Thank you. Ladies and gentlemen, at this time, we will conduct our question-and-answer session. Please limit yourselves to one question and one follow-up question for each time that you place yourself in the question queue. If you'd like to ask a question, please press star one on your telephone keypad. A confirmation tone will indicate that your line is in the question queue. You may press the star key followed by the number two if you would like to remove your question from the queue. For participants using speaker equipment, it may be necessary to pick up your handset before pressing the star keys. One moment, please, while we pull for questions. Thank you. Our first question comes from Michael Lapides with Goldman Sachs. Please state your question.
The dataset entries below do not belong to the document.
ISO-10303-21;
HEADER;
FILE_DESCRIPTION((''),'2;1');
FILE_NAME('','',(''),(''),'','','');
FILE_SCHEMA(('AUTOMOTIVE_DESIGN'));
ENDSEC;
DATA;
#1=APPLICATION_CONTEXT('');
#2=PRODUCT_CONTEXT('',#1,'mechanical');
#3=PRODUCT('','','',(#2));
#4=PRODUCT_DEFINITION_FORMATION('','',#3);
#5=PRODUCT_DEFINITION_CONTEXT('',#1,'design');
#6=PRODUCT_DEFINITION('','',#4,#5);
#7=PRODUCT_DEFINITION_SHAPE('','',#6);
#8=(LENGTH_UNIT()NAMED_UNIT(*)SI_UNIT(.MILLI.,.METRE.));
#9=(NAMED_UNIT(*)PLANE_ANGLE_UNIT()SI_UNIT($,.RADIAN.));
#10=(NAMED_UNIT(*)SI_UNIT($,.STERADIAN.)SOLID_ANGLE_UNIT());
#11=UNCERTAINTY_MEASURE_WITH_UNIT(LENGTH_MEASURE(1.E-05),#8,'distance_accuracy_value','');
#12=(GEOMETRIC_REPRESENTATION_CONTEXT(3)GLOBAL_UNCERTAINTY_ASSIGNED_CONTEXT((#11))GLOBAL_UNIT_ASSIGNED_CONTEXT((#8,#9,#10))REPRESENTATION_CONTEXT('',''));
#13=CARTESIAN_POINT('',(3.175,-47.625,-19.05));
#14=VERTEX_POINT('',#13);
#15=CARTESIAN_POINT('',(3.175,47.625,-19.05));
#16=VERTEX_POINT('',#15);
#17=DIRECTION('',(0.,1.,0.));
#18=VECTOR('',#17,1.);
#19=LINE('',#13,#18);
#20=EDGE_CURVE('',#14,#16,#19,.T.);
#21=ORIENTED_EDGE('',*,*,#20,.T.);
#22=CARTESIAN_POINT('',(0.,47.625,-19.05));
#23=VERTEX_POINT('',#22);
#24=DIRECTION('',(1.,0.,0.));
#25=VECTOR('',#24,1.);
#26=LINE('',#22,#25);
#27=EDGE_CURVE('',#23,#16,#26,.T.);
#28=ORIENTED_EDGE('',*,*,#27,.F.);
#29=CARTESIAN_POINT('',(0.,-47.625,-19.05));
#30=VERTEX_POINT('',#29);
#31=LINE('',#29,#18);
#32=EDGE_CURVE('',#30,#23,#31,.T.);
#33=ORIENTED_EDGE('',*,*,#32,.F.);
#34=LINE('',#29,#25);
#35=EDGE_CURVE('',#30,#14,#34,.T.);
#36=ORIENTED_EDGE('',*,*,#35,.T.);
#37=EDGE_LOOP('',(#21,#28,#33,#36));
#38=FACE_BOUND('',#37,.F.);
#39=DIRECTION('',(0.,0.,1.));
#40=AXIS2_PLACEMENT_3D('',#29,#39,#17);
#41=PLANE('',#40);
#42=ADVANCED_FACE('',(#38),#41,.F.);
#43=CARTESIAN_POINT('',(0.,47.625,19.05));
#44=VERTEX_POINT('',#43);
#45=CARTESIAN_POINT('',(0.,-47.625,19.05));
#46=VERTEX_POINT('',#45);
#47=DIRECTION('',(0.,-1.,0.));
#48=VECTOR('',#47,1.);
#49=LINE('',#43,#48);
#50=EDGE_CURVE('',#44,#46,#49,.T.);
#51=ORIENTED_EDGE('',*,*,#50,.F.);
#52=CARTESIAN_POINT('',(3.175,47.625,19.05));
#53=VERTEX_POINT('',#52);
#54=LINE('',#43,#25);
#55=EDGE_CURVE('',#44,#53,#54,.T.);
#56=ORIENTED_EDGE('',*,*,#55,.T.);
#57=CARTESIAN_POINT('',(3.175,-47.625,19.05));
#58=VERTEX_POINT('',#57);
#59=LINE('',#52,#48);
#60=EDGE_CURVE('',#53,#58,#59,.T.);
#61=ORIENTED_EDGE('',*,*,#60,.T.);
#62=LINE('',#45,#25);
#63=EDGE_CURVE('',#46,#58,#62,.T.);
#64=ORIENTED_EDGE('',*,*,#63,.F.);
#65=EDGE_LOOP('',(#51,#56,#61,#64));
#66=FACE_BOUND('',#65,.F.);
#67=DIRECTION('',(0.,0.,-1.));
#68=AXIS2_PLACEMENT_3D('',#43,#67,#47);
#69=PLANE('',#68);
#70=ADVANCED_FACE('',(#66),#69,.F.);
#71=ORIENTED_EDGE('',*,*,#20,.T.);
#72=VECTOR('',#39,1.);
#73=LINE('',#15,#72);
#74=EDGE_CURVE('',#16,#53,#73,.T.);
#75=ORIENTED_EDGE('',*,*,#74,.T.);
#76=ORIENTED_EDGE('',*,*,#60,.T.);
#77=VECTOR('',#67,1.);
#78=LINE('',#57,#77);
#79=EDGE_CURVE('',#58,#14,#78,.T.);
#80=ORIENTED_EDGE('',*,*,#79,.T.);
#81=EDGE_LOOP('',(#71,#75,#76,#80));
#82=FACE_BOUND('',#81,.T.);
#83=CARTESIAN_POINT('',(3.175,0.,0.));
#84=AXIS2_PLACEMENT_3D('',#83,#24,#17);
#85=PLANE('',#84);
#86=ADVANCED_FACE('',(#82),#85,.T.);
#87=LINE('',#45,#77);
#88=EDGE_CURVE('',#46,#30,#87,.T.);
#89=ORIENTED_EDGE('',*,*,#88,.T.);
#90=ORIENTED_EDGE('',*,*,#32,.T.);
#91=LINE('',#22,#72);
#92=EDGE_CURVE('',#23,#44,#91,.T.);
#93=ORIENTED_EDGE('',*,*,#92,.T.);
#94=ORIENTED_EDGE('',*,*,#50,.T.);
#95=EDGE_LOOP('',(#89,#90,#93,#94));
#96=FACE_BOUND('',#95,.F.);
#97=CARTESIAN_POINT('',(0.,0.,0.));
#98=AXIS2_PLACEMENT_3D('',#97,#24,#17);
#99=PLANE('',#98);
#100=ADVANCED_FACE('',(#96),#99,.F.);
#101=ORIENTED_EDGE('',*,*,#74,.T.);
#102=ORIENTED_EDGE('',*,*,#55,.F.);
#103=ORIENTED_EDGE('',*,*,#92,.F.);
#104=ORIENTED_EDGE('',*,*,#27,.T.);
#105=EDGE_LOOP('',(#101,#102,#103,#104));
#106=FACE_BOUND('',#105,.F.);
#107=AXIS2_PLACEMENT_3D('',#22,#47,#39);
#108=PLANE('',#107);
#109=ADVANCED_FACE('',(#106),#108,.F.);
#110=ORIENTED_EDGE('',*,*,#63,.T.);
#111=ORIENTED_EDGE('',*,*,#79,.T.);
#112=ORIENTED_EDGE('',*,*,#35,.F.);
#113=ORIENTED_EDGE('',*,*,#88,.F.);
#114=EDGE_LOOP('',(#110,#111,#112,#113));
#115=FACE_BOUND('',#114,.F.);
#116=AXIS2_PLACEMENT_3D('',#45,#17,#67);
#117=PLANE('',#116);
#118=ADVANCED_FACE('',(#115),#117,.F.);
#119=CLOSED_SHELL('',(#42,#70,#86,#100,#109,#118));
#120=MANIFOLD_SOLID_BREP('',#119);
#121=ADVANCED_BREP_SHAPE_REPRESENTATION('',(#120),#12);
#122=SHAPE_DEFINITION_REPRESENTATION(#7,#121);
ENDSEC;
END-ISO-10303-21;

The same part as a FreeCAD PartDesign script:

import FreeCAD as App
import Part
import Sketcher
Q = App.Units.Quantity

doc = App.newDocument("Part")
body = doc.addObject("PartDesign::Body", "Body")

# Sketch on YZ plane
sketch1 = body.newObject("Sketcher::SketchObject", "Sketch")
sketch1.AttachmentSupport = (doc.getObject("YZ_Plane"), [""])
sketch1.MapMode = "FlatFace"
sketch1.addGeometry(Part.LineSegment(App.Vector(48, -19, 0), App.Vector(48, 19, 0)), False)
sketch1.addGeometry(Part.LineSegment(App.Vector(48, 19, 0), App.Vector(-48, 19, 0)), False)
sketch1.addGeometry(Part.LineSegment(App.Vector(-48, 19, 0), App.Vector(-48, -19, 0)), False)
sketch1.addGeometry(Part.LineSegment(App.Vector(-48, -19, 0), App.Vector(48, -19, 0)), False)
sketch1.addConstraint(Sketcher.Constraint("Coincident", 0, 2, 1, 1))
sketch1.addConstraint(Sketcher.Constraint("Coincident", 1, 2, 2, 1))
sketch1.addConstraint(Sketcher.Constraint("Coincident", 2, 2, 3, 1))
sketch1.addConstraint(Sketcher.Constraint("Coincident", 3, 2, 0, 1))
sketch1.addConstraint(Sketcher.Constraint("Vertical", 0))
sketch1.addConstraint(Sketcher.Constraint("Horizontal", 1))
sketch1.addConstraint(Sketcher.Constraint("Vertical", 2))
sketch1.addConstraint(Sketcher.Constraint("Horizontal", 3))
sketch1.addConstraint(Sketcher.Constraint("Symmetric", 0, 2, 2, 2, -1, 1))
sketch1.addConstraint(Sketcher.Constraint("DistanceY", 0, 1, 0, 2, Q("1.5 in")))
sketch1.addConstraint(Sketcher.Constraint("DistanceX", 1, 2, 1, 1, Q("3.75 in")))
pad1 = body.newObject("PartDesign::Pad", "Pad")
pad1.Profile = sketch1
pad1.Length = Q("0.125 in")

doc.recompute()
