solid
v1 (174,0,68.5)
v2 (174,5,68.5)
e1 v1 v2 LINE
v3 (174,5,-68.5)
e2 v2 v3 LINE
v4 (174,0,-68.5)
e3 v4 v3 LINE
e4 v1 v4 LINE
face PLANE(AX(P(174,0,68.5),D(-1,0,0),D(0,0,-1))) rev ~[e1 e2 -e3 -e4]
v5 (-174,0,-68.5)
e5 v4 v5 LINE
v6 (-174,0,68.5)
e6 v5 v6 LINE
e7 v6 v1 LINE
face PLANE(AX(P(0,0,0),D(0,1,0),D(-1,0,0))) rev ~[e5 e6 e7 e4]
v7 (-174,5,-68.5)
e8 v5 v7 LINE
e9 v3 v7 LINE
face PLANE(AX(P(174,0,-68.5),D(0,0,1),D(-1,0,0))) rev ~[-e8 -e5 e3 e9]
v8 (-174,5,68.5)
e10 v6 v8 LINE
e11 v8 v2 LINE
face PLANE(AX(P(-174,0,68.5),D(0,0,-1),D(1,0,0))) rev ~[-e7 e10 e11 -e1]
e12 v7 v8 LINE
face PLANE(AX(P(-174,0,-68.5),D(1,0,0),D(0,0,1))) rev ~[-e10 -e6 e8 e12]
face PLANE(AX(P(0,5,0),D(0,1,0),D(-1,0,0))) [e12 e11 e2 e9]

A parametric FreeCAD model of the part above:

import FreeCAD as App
import Part
import Sketcher

doc = App.newDocument("Part")
body = doc.addObject("PartDesign::Body", "Body")

# Sketch on XZ plane
sketch1 = body.newObject("Sketcher::SketchObject", "Sketch")
sketch1.AttachmentSupport = (doc.getObject("XZ_Plane"), [""])
sketch1.MapMode = "FlatFace"
sketch1.addGeometry([
    Part.LineSegment(App.Vector(174, 68.5, 0), App.Vector(174, -68.5, 0)),
    Part.LineSegment(App.Vector(174, -68.5, 0), App.Vector(-174, -68.5, 0)),
    Part.LineSegment(App.Vector(-174, -68.5, 0), App.Vector(-174, 68.5, 0)),
    Part.LineSegment(App.Vector(-174, 68.5, 0), App.Vector(174, 68.5, 0)),
], False)
sketch1.addConstraint([
    Sketcher.Constraint("Coincident", 0, 2, 1, 1),
    Sketcher.Constraint("Coincident", 1, 2, 2, 1),
    Sketcher.Constraint("Coincident", 2, 2, 3, 1),
    Sketcher.Constraint("Coincident", 3, 2, 0, 1),
    Sketcher.Constraint("Vertical", 0),
    Sketcher.Constraint("Horizontal", 1),
    Sketcher.Constraint("Vertical", 2),
    Sketcher.Constraint("Horizontal", 3),
    Sketcher.Constraint("Symmetric", 0, 2, 2, 2, -1, 1),
    Sketcher.Constraint("DistanceX", 1, 2, 1, 1, 348.0),
    Sketcher.Constraint("DistanceY", 0, 2, 0, 1, 137.0),
])
pad1 = body.newObject("PartDesign::Pad", "Pad")
pad1.Profile = sketch1
pad1.Length = 5
pad1.Reversed = True

doc.recompute()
Hey, guys. Thank you for taking my question, and congrats on a good end of year and good quarter. Actually, I had two. One is in the potential development of a takeaway solution for natural gas coming out of the Permian. Can you talk a little bit about just what the early feedback from shippers has been? Meaning, what's the level of interest in shippers to sign a 10- or 15-year contract or are they more willing to do and wanna do shorter-term deals? That's the first question. Then the second question is, can you just talk a little bit about the Permian Express system and where you might have contracts that roll off over the next couple of years?
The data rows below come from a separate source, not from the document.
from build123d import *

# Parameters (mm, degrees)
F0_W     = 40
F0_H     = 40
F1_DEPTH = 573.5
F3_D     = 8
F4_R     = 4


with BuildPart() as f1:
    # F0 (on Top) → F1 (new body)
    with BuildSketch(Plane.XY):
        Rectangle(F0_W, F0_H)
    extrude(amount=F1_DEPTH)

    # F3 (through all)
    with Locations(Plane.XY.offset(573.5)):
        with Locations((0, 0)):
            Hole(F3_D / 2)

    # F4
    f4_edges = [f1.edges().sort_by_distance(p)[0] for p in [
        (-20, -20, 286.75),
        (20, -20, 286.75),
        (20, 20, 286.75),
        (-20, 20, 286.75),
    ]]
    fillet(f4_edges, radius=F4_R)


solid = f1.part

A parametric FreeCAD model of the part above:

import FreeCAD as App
import Part
import Sketcher
Q = App.Units.Quantity


def edges_at(feature, points):
    """Names of the edges that pass closest to the given points."""
    edges = feature.Shape.Edges
    near = lambda p: min(range(len(edges)), key=lambda i: edges[i].distToShape(Part.Vertex(*p))[0])
    return sorted({f"Edge{near(p) + 1}" for p in points})


def add_polygon(sketch, points):
    """Adds a closed chain of lines whose ends are joined by coincident constraints."""
    first, n = sketch.GeometryCount, len(points)
    for a, b in zip(points, points[1:] + points[:1]):
        sketch.addGeometry(Part.LineSegment(App.Vector(*a, 0), App.Vector(*b, 0)), False)
    for i in range(n):
        sketch.addConstraint(Sketcher.Constraint("Coincident", first + i, 2, first + (i + 1) % n, 1))

doc = App.newDocument("Part")
params = doc.addObject("Spreadsheet::Sheet", "Params")
for row, (alias, value) in enumerate([
    ("sketch1_width", "40 mm"),
    ("pad1_length", "573.5 mm"),
    ("sketch2_diameter", "8 mm"),
    ("hole_diameter", "8 mm"),
    ("fillet_radius", "4 mm"),
], start=1):
    params.set(f"A{row}", alias)
    params.set(f"B{row}", "=" + value)
    params.setAlias(f"B{row}", alias)

body = doc.addObject("PartDesign::Body", "Body")

sketch1 = body.newObject("Sketcher::SketchObject", "Sketch")
sketch1.AttachmentSupport = (doc.getObject("XY_Plane"), [""])
sketch1.MapMode = "FlatFace"
add_polygon(sketch1, [(-20, 20), (-20, -20), (20, -20), (20, 20)])
sketch1.addConstraint([
    Sketcher.Constraint("Vertical", 0),
    Sketcher.Constraint("Horizontal", 1),
    Sketcher.Constraint("Vertical", 2),
    Sketcher.Constraint("Horizontal", 3),
    Sketcher.Constraint("Symmetric", 0, 2, 2, 2, -1, 1),
    Sketcher.Constraint("Equal", 3, 0),
    Sketcher.Constraint("DistanceX", 1, 1, 1, 2, Q("40 mm")),
])
sketch1.setExpression("Constraints[10]", "Params.sketch1_width")
pad1 = body.newObject("PartDesign::Pad", "Pad")
pad1.Profile = sketch1
pad1.setExpression("Length", "Params.pad1_length")

sketch2 = body.newObject("Sketcher::SketchObject", "Sketch001")
sketch2.AttachmentSupport = (doc.getObject("XY_Plane"), [""])
sketch2.MapMode = "FlatFace"
sketch2.AttachmentOffset = App.Placement(App.Vector(0, 0, 573.5), App.Rotation())
sketch2.addGeometry(Part.Circle(App.Vector(0, 0, 0), App.Vector(0, 0, 1), 4), False)
sketch2.addConstraint([
    Sketcher.Constraint("Coincident", 0, 3, -1, 1),
    Sketcher.Constraint("Diameter", 0, Q("8 mm")),
])
sketch2.setExpression("Constraints[1]", "Params.sketch2_diameter")
doc.recompute()
hole = body.newObject("PartDesign::Hole", "Hole")
hole.Profile = sketch2
hole.ThreadType = "None"
hole.setExpression("Diameter", "Params.hole_diameter")
hole.DepthType = "ThroughAll"
doc.recompute()

fillet = body.newObject("PartDesign::Fillet", "Fillet")
fillet.Base = (hole, edges_at(hole, [
    (-20, -20, 286.75),
    (20, -20, 286.75),
    (20, 20, 286.75),
    (-20, 20, 286.75),
]))
fillet.setExpression("Radius", "Params.fillet_radius")

doc.recompute()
You bet, Michael. This is Mackie. We are so excited about this project. You know, we haven't really spoken a lot about it. We have more capacity than anybody else now across the state. So we've been accommodating volumes growth over the last year or two. We've heard a lot of our competitors talk about a project, how needed it was, how close they were to getting a project online, and it really became important over the last number of weeks that we kick in in a big way. To answer your question, the customers that we talk to are very excited. If you compare our project to anybody else, you know, most of them have gone either from the Waha area down to Agua Dulce, or now they're talking about going to Katy.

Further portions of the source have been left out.